* [Work item]:
Once the line with "f 597 729 594" is found in the data, output it and each following line exactly, up to and including the line with "f 582 584 740", and nothing before or after.

* [Collected data]:
┌──

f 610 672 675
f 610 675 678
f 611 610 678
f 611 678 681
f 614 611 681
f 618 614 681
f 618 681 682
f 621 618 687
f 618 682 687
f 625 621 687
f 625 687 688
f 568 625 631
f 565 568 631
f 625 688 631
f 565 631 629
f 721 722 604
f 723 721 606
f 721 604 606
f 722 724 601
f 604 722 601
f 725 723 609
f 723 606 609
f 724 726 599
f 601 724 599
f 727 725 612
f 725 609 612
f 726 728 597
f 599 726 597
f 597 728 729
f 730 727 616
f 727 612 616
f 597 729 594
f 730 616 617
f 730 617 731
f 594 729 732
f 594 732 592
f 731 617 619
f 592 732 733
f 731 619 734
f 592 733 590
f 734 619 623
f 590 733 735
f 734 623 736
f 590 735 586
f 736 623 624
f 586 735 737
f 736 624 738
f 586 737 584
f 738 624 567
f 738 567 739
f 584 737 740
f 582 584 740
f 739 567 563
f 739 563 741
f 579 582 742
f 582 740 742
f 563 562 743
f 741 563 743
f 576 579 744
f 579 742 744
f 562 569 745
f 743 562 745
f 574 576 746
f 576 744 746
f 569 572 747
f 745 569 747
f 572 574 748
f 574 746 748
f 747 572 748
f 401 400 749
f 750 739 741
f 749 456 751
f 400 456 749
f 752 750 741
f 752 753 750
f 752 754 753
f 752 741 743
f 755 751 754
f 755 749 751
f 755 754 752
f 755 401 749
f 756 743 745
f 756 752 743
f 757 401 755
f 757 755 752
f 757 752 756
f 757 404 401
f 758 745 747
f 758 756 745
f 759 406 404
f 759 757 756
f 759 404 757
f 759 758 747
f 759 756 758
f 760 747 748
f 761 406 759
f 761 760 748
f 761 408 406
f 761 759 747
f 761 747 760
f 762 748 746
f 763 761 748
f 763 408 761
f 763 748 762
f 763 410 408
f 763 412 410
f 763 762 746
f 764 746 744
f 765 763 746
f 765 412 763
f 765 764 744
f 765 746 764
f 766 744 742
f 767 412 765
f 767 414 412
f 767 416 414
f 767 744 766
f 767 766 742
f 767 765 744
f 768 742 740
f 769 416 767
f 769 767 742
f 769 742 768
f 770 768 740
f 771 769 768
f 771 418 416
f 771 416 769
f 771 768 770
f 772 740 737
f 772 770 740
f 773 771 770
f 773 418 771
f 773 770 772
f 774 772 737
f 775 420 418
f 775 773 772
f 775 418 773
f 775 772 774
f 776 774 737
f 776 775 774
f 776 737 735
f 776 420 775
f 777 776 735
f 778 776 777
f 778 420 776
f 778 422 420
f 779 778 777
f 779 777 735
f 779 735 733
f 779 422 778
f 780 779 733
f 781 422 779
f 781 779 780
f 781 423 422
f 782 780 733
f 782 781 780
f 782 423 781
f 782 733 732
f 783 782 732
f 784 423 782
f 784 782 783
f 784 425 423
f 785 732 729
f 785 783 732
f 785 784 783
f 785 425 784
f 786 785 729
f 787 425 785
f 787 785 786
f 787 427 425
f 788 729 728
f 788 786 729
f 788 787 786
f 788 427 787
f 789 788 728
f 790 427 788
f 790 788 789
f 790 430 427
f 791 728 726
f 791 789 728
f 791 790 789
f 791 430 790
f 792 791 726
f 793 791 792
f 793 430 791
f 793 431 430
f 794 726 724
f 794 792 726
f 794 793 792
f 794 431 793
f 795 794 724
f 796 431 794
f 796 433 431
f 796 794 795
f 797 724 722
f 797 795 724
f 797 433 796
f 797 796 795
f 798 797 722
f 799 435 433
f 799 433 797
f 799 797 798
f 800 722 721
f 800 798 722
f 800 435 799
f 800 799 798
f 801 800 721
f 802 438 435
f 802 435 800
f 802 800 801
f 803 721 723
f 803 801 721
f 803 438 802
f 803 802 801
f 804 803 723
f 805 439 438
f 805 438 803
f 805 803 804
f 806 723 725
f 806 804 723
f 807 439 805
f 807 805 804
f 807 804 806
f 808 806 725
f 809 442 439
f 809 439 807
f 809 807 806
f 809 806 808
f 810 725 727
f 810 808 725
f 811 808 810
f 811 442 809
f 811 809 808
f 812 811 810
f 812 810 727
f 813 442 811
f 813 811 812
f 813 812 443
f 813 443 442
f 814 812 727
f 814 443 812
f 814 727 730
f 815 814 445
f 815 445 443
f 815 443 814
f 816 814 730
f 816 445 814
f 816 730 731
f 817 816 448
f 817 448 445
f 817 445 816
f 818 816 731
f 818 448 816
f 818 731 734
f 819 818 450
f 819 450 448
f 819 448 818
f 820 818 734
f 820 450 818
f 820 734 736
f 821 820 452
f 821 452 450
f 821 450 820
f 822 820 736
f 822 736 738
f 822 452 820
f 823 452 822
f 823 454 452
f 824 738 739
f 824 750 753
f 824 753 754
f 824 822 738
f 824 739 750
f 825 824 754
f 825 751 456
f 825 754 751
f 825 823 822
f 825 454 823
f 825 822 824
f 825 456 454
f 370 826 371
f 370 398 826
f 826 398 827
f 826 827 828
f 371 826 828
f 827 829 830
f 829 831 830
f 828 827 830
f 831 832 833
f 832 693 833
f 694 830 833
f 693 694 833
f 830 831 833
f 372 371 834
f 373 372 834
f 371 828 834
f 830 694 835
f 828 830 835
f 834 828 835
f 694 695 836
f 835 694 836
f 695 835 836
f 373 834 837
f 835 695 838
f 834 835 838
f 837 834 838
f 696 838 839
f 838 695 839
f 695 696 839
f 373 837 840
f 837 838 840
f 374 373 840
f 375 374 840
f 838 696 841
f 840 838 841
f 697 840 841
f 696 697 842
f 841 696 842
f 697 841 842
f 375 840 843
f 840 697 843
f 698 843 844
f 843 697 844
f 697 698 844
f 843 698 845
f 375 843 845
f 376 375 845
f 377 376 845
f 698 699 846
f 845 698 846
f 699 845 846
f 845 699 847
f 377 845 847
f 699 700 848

└──

* [Response area]:
f 597 729 594
f 730 616 617
f 730 617 731
f 594 729 732
f 594 732 592
f 731 617 619
f 592 732 733
f 731 619 734
f 592 733 590
f 734 619 623
f 590 733 735
f 734 623 736
f 590 735 586
f 736 623 624
f 586 735 737
f 736 624 738
f 586 737 584
f 738 624 567
f 738 567 739
f 584 737 740
f 582 584 740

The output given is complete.